◆ **Problem statement**
Whenever a line carries the word "extrude", pull it out of the entries.

◆ **Source data**

——————

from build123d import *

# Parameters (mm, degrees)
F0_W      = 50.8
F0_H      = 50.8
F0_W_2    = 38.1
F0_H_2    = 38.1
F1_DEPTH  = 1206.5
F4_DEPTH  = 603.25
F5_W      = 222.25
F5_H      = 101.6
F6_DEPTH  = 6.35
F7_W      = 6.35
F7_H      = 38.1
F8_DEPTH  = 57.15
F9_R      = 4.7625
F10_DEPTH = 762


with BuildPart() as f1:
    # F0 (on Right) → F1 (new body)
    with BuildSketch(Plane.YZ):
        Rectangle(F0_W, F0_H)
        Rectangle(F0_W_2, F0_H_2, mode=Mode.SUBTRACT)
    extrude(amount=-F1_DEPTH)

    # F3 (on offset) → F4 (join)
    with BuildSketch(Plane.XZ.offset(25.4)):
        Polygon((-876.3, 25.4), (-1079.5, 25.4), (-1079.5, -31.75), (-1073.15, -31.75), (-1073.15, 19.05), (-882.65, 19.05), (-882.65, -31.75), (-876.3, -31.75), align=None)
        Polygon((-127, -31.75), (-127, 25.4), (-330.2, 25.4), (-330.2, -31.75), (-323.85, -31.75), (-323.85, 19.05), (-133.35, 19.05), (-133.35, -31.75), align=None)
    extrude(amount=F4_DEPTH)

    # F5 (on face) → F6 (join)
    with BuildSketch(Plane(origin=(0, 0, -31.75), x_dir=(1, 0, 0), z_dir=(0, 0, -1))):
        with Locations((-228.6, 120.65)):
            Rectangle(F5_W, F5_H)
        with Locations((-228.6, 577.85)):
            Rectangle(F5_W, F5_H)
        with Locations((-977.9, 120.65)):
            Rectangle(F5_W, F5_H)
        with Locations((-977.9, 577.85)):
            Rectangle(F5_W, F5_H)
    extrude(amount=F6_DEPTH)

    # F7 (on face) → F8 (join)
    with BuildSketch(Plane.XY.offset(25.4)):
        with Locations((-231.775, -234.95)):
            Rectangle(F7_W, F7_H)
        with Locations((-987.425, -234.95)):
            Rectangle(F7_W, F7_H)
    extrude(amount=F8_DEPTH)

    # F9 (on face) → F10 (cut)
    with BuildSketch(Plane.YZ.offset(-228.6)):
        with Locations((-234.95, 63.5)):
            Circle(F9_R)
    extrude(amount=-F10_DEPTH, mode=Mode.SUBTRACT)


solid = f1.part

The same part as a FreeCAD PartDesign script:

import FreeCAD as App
import Part
import Sketcher
Q = App.Units.Quantity


def add_polygon(sketch, points):
    """Adds a closed chain of lines whose ends are joined by coincident constraints."""
    first, n = sketch.GeometryCount, len(points)
    for a, b in zip(points, points[1:] + points[:1]):
        sketch.addGeometry(Part.LineSegment(App.Vector(*a, 0), App.Vector(*b, 0)), False)
    for i in range(n):
        sketch.addConstraint(Sketcher.Constraint("Coincident", first + i, 2, first + (i + 1) % n, 1))

doc = App.newDocument("Part")
body = doc.addObject("PartDesign::Body", "Body")

# Sketch on YZ plane
sketch1 = body.newObject("Sketcher::SketchObject", "Sketch")
sketch1.AttachmentSupport = (doc.getObject("YZ_Plane"), [""])
sketch1.MapMode = "FlatFace"
add_polygon(sketch1, [(-25.4, 25.4), (-25.4, -25.4), (25.4, -25.4), (25.4, 25.4)])  # lines 0-3
add_polygon(sketch1, [(19.05, -19.05), (-19.05, -19.05), (-19.05, 19.05), (19.05, 19.05)])  # lines 4-7
sketch1.addConstraint(Sketcher.Constraint("Vertical", 0))
sketch1.addConstraint(Sketcher.Constraint("Horizontal", 1))
sketch1.addConstraint(Sketcher.Constraint("Vertical", 2))
sketch1.addConstraint(Sketcher.Constraint("Horizontal", 3))
sketch1.addConstraint(Sketcher.Constraint("Horizontal", 4))
sketch1.addConstraint(Sketcher.Constraint("Vertical", 5))
sketch1.addConstraint(Sketcher.Constraint("Horizontal", 6))
sketch1.addConstraint(Sketcher.Constraint("Vertical", 7))
sketch1.addConstraint(Sketcher.Constraint("Symmetric", 0, 2, 2, 2, -1, 1))
sketch1.addConstraint(Sketcher.Constraint("Symmetric", 4, 2, 6, 2, -1, 1))
sketch1.addConstraint(Sketcher.Constraint("Equal", 3, 0))
sketch1.addConstraint(Sketcher.Constraint("Equal", 6, 5))
sketch1.addConstraint(Sketcher.Constraint("DistanceX", 1, 1, 1, 2, Q("2 in")))
sketch1.addConstraint(Sketcher.Constraint("DistanceX", 4, 2, 4, 1, Q("1.5 in")))
pad1 = body.newObject("PartDesign::Pad", "Pad")
pad1.Profile = sketch1
pad1.Length = Q("47.5 in")
pad1.Reversed = True

# Sketch on XZ plane
sketch2 = body.newObject("Sketcher::SketchObject", "Sketch001")
sketch2.AttachmentSupport = (doc.getObject("XZ_Plane"), [""])
sketch2.MapMode = "FlatFace"
sketch2.AttachmentOffset = App.Placement(App.Vector(0, 0, 1 * 25.4), App.Rotation())
add_polygon(sketch2, [(-876.3, 25.4), (-1079.5, 25.4), (-1079.5, -31.75), (-1073.15, -31.75), (-1073.15, 19.05), (-882.65, 19.05), (-882.65, -31.75), (-876.3, -31.75)])  # lines 0-7
add_polygon(sketch2, [(-127, -31.75), (-127, 25.4), (-330.2, 25.4), (-330.2, -31.75), (-323.85, -31.75), (-323.85, 19.05), (-133.35, 19.05), (-133.35, -31.75)])  # lines 8-15
sketch2.addConstraint(Sketcher.Constraint("Horizontal", 0))
sketch2.addConstraint(Sketcher.Constraint("Vertical", 1))
sketch2.addConstraint(Sketcher.Constraint("Horizontal", 2))
sketch2.addConstraint(Sketcher.Constraint("Vertical", 3))
sketch2.addConstraint(Sketcher.Constraint("Horizontal", 4))
sketch2.addConstraint(Sketcher.Constraint("Vertical", 5))
sketch2.addConstraint(Sketcher.Constraint("Horizontal", 6))
sketch2.addConstraint(Sketcher.Constraint("Vertical", 7))
sketch2.addConstraint(Sketcher.Constraint("Vertical", 8))
sketch2.addConstraint(Sketcher.Constraint("Horizontal", 9))
sketch2.addConstraint(Sketcher.Constraint("Vertical", 10))
sketch2.addConstraint(Sketcher.Constraint("Horizontal", 11))
sketch2.addConstraint(Sketcher.Constraint("Vertical", 12))
sketch2.addConstraint(Sketcher.Constraint("Horizontal", 13))
sketch2.addConstraint(Sketcher.Constraint("Vertical", 14))
sketch2.addConstraint(Sketcher.Constraint("Horizontal", 15))
sketch2.addConstraint(Sketcher.Constraint("Horizontal", 2, 2, 5, 2))
sketch2.addConstraint(Sketcher.Constraint("Horizontal", 7, 2, 8, 2))
sketch2.addConstraint(Sketcher.Constraint("Horizontal", 6, 2, 10, 2))
sketch2.addConstraint(Sketcher.Constraint("Horizontal", 4, 2, 12, 2))
sketch2.addConstraint(Sketcher.Constraint("Horizontal", 11, 2, 14, 2))
sketch2.addConstraint(Sketcher.Constraint("Equal", 2, 6))
sketch2.addConstraint(Sketcher.Constraint("Equal", 0, 9))
sketch2.addConstraint(Sketcher.Constraint("Equal", 6, 11))
sketch2.addConstraint(Sketcher.Constraint("Equal", 4, 13))
sketch2.addConstraint(Sketcher.Constraint("DistanceX", 0, 2, 0, 1, Q("8 in")))
sketch2.addConstraint(Sketcher.Constraint("DistanceY", 3, 1, 3, 2, Q("2 in")))
sketch2.addConstraint(Sketcher.Constraint("DistanceX", 4, 1, 4, 2, Q("7.5 in")))
sketch2.addConstraint(Sketcher.Constraint("DistanceY", -1, 1, 0, 2, Q("1 in")))
sketch2.addConstraint(Sketcher.Constraint("DistanceX", 8, 2, -1, 1, Q("5 in")))
sketch2.addConstraint(Sketcher.Constraint("DistanceY", 1, 2, 1, 1, Q("2.25 in")))
sketch2.addConstraint(Sketcher.Constraint("DistanceX", 0, 2, -1, 1, Q("42.5 in")))
pad2 = body.newObject("PartDesign::Pad", "Pad001")
pad2.Profile = sketch2
pad2.Length = Q("23.75 in")

# Sketch on XY plane
sketch3 = body.newObject("Sketcher::SketchObject", "Sketch002")
sketch3.AttachmentSupport = (doc.getObject("XY_Plane"), [""])
sketch3.MapMode = "FlatFace"
sketch3.AttachmentOffset = App.Placement(App.Vector(0, 0, -1.25 * 25.4), App.Rotation())
add_polygon(sketch3, [(-339.725, -171.45), (-339.725, -69.85), (-117.475, -69.85), (-117.475, -171.45)])  # lines 0-3
add_polygon(sketch3, [(-339.725, -628.65), (-339.725, -527.05), (-117.475, -527.05), (-117.475, -628.65)])  # lines 4-7
add_polygon(sketch3, [(-1089.025, -171.45), (-1089.025, -69.85), (-866.775, -69.85), (-866.775, -171.45)])  # lines 8-11
add_polygon(sketch3, [(-1089.025, -628.65), (-1089.025, -527.05), (-866.775, -527.05), (-866.775, -628.65)])  # lines 12-15
sketch3.addConstraint(Sketcher.Constraint("Vertical", 0))
sketch3.addConstraint(Sketcher.Constraint("Horizontal", 1))
sketch3.addConstraint(Sketcher.Constraint("Vertical", 2))
sketch3.addConstraint(Sketcher.Constraint("Horizontal", 3))
sketch3.addConstraint(Sketcher.Constraint("Vertical", 4))
sketch3.addConstraint(Sketcher.Constraint("Horizontal", 5))
sketch3.addConstraint(Sketcher.Constraint("Vertical", 6))
sketch3.addConstraint(Sketcher.Constraint("Horizontal", 7))
sketch3.addConstraint(Sketcher.Constraint("Vertical", 8))
sketch3.addConstraint(Sketcher.Constraint("Horizontal", 9))
sketch3.addConstraint(Sketcher.Constraint("Vertical", 10))
sketch3.addConstraint(Sketcher.Constraint("Horizontal", 11))
sketch3.addConstraint(Sketcher.Constraint("Vertical", 12))
sketch3.addConstraint(Sketcher.Constraint("Horizontal", 13))
sketch3.addConstraint(Sketcher.Constraint("Vertical", 14))
sketch3.addConstraint(Sketcher.Constraint("Horizontal", 15))
sketch3.addConstraint(Sketcher.Constraint("Horizontal", 1, 2, 8, 2))
sketch3.addConstraint(Sketcher.Constraint("Horizontal", 3, 2, 10, 2))
sketch3.addConstraint(Sketcher.Constraint("Horizontal", 5, 2, 12, 2))
sketch3.addConstraint(Sketcher.Constraint("Horizontal", 7, 2, 14, 2))
sketch3.addConstraint(Sketcher.Constraint("Vertical", 3, 2, 4, 2))
sketch3.addConstraint(Sketcher.Constraint("Vertical", 2, 2, 5, 2))
sketch3.addConstraint(Sketcher.Constraint("Vertical", 11, 2, 12, 2))
sketch3.addConstraint(Sketcher.Constraint("Vertical", 10, 2, 13, 2))
sketch3.addConstraint(Sketcher.Constraint("Equal", 7, 9))
sketch3.addConstraint(Sketcher.Constraint("Equal", 2, 4))
sketch3.addConstraint(Sketcher.Constraint("DistanceY", 0, 1, 0, 2, Q("4 in")))
sketch3.addConstraint(Sketcher.Constraint("DistanceY", 4, 2, 3, 2, Q("14 in")))
sketch3.addConstraint(Sketcher.Constraint("DistanceX", 1, 1, 1, 2, Q("8.75 in")))
sketch3.addConstraint(Sketcher.Constraint("DistanceX", 8, 2, 0, 2, Q("29.5 in")))
sketch3.addConstraint(Sketcher.Constraint("DistanceY", 0, 2, -1, 1, Q("2.75 in")))
sketch3.addConstraint(Sketcher.Constraint("DistanceX", 0, 2, -1, 1, Q("13.375 in")))
pad3 = body.newObject("PartDesign::Pad", "Pad002")
pad3.Profile = sketch3
pad3.Length = Q("0.25 in")
pad3.Reversed = True

# Sketch on XY plane
sketch4 = body.newObject("Sketcher::SketchObject", "Sketch003")
sketch4.AttachmentSupport = (doc.getObject("XY_Plane"), [""])
sketch4.MapMode = "FlatFace"
sketch4.AttachmentOffset = App.Placement(App.Vector(0, 0, 1 * 25.4), App.Rotation())
add_polygon(sketch4, [(-234.95, -215.9), (-234.95, -254), (-228.6, -254), (-228.6, -215.9)])  # lines 0-3
add_polygon(sketch4, [(-990.6, -215.9), (-990.6, -254), (-984.25, -254), (-984.25, -215.9)])  # lines 4-7
sketch4.addConstraint(Sketcher.Constraint("Vertical", 0))
sketch4.addConstraint(Sketcher.Constraint("Horizontal", 1))
sketch4.addConstraint(Sketcher.Constraint("Vertical", 2))
sketch4.addConstraint(Sketcher.Constraint("Horizontal", 3))
sketch4.addConstraint(Sketcher.Constraint("Vertical", 4))
sketch4.addConstraint(Sketcher.Constraint("Horizontal", 5))
sketch4.addConstraint(Sketcher.Constraint("Vertical", 6))
sketch4.addConstraint(Sketcher.Constraint("Horizontal", 7))
sketch4.addConstraint(Sketcher.Constraint("Horizontal", 1, 2, 4, 2))
sketch4.addConstraint(Sketcher.Constraint("Horizontal", 3, 2, 6, 2))
sketch4.addConstraint(Sketcher.Constraint("Equal", 3, 5))
sketch4.addConstraint(Sketcher.Constraint("DistanceY", 0, 2, 0, 1, Q("1.5 in")))
sketch4.addConstraint(Sketcher.Constraint("DistanceY", 0, 2, -1, 1, Q("10 in")))
sketch4.addConstraint(Sketcher.Constraint("DistanceX", 1, 2, -1, 1, Q("9 in")))
sketch4.addConstraint(Sketcher.Constraint("DistanceX", 4, 2, -1, 1, Q("39 in")))
sketch4.addConstraint(Sketcher.Constraint("DistanceX", 1, 1, 1, 2, Q("0.25 in")))
pad4 = body.newObject("PartDesign::Pad", "Pad003")
pad4.Profile = sketch4
pad4.Length = Q("2.25 in")

# Sketch on YZ plane
sketch5 = body.newObject("Sketcher::SketchObject", "Sketch004")
sketch5.AttachmentSupport = (doc.getObject("YZ_Plane"), [""])
sketch5.MapMode = "FlatFace"
sketch5.AttachmentOffset = App.Placement(App.Vector(0, 0, -9 * 25.4), App.Rotation())
sketch5.addGeometry(Part.Circle(App.Vector(-234.95, 63.5, 0), App.Vector(0, 0, 1), 4.7625), False)
sketch5.addConstraint(Sketcher.Constraint("Diameter", 0, Q("0.375 in")))
sketch5.addConstraint(Sketcher.Constraint("DistanceY", -1, 1, 0, 3, Q("2.5 in")))
sketch5.addConstraint(Sketcher.Constraint("DistanceX", 0, 3, -1, 1, Q("9.25 in")))
pocket1 = body.newObject("PartDesign::Pocket", "Pocket")
pocket1.Profile = sketch5
pocket1.Length = Q("30 in")

doc.recompute()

——————

◆ **Response to the task**
    extrude(amount=-F1_DEPTH)
    extrude(amount=F4_DEPTH)
    extrude(amount=F6_DEPTH)
    extrude(amount=F8_DEPTH)
    extrude(amount=-F10_DEPTH, mode=Mode.SUBTRACT)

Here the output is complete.